= Auguste von Müller =

German opera singer

Auguste von Müller (1848–1912) was a nineteenth-century German operatic mezzo-soprano and actress. She is best remembered today for originating the role of Dalila in the world premiere of Camille Saint-Saëns's Samson et Dalila in 1877.

==Biography==
Müller was born in Darmstadt, the daughter of German actress Maria von Müller-Stack who worked for many years at the Hoftheater von Darmstadt. She started her career appearing in plays at the Stadttheater von Stettin from 1875 to 1876. She began her opera career singing at the opera house in Riga in 1876–1877. She joined the Staatskapelle Weimar in 1877 and sang roles there through 1881. While there she notably portrayed the role of Dalila in the world premiere of Camille Saint-Saëns's Samson et Dalila on 2 December 1877 under the direction of Eduard Lassen. Her other roles in Weimar included Azucena in Giuseppe Verdi's Il trovatore, Frau Reich in Carl Otto Nicolai's The Merry Wives of Windsor, Fricka in both Richard Wagner's Das Rheingold and Die Walküre, and Floßhilde in Wagner's Götterdämmerung among others.

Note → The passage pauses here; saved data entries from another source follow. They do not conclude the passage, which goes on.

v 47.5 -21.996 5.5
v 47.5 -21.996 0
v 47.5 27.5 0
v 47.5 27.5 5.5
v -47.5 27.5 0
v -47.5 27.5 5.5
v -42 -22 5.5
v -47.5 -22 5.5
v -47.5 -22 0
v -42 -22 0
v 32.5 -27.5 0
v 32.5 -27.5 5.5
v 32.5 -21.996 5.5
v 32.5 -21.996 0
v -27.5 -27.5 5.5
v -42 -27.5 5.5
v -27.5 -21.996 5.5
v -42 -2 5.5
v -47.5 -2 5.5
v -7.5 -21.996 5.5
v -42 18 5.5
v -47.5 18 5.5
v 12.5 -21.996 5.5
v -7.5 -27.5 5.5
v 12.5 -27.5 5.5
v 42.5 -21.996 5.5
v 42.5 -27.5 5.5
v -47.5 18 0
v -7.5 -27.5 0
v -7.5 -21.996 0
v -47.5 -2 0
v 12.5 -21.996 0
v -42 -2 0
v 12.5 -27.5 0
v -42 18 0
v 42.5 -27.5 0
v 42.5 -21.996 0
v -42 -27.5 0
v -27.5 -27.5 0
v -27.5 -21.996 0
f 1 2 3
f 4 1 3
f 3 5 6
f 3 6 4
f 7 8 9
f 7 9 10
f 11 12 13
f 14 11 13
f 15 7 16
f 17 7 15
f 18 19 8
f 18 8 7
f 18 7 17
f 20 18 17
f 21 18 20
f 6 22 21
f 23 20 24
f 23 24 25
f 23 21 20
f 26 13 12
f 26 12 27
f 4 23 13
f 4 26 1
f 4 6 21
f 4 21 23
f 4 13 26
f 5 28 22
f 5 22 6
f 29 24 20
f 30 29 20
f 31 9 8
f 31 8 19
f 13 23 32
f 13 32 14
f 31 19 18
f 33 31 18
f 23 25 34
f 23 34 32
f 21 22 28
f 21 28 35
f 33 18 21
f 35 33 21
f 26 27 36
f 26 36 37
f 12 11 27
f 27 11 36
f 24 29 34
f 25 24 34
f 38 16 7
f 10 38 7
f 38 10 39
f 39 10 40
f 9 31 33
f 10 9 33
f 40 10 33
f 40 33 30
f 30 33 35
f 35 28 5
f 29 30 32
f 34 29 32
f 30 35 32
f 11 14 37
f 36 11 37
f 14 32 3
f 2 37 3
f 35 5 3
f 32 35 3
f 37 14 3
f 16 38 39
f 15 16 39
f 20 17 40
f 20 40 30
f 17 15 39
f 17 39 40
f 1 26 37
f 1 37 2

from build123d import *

# Parameters (mm, degrees)
SKETCH_1_W          = 95
SKETCH_1_H          = 55
EXTRUDE_1_DEPTH     = 5.5
SKETCH_3_W          = 5.5
SKETCH_3_H          = 20
CUT_EXTRUDE_2_DEPTH = 56.161127617
SKETCH_4_W          = 20
SKETCH_4_H          = 5.504098133
SKETCH_4_W_2        = 5
CUT_EXTRUDE_3_DEPTH = 56.161127617


with BuildPart() as part:
    # ｽｹｯﾁ1 → ﾎﾞｽ - 押し出し1 (new body)
    with BuildSketch(Plane.XY):
        Rectangle(SKETCH_1_W, SKETCH_1_H)
    extrude(amount=EXTRUDE_1_DEPTH)

    # ｽｹｯﾁ3 → ｶｯﾄ - 押し出し2 (cut, through all)
    with BuildSketch(Plane.XY.offset(5.5)):
        with Locations((-44.75, -32)):
            Rectangle(SKETCH_3_W, SKETCH_3_H)
        with Locations((-44.75, 8)):
            Rectangle(SKETCH_3_W, SKETCH_3_H)
    extrude(amount=-CUT_EXTRUDE_2_DEPTH, mode=Mode.SUBTRACT)

    # ｽｹｯﾁ4 → ｶｯﾄ - 押し出し3 (cut, through all)
    with BuildSketch(Plane.XY.offset(5.5)):
        with Locations((-17.5, -24.747950934)):
            Rectangle(SKETCH_4_W, SKETCH_4_H)
        with Locations((22.5, -24.747950934)):
            Rectangle(SKETCH_4_W, SKETCH_4_H)
        with Locations((45, -24.747950934)):
            Rectangle(SKETCH_4_W_2, SKETCH_4_H)
    extrude(amount=-CUT_EXTRUDE_3_DEPTH, mode=Mode.SUBTRACT)


solid = part.part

After leaving Weimar in 1881, Müller joined the Stadttheater von Bremen where she sang for only one season. She then sang at the Stadttheater von Magdeburg from 1882 to 1883, the Hoftheater von Altenburg from 1883 to 1884, the Hoftheater von Sondershausen from 1884 to 1885, and the Stadttheater von Lübeck from 1885 to 1886. She retired from the opera stage after leaving Lübeck and lived for a number of years in Bremen. She later moved back to her hometown of Darmstadt where she died.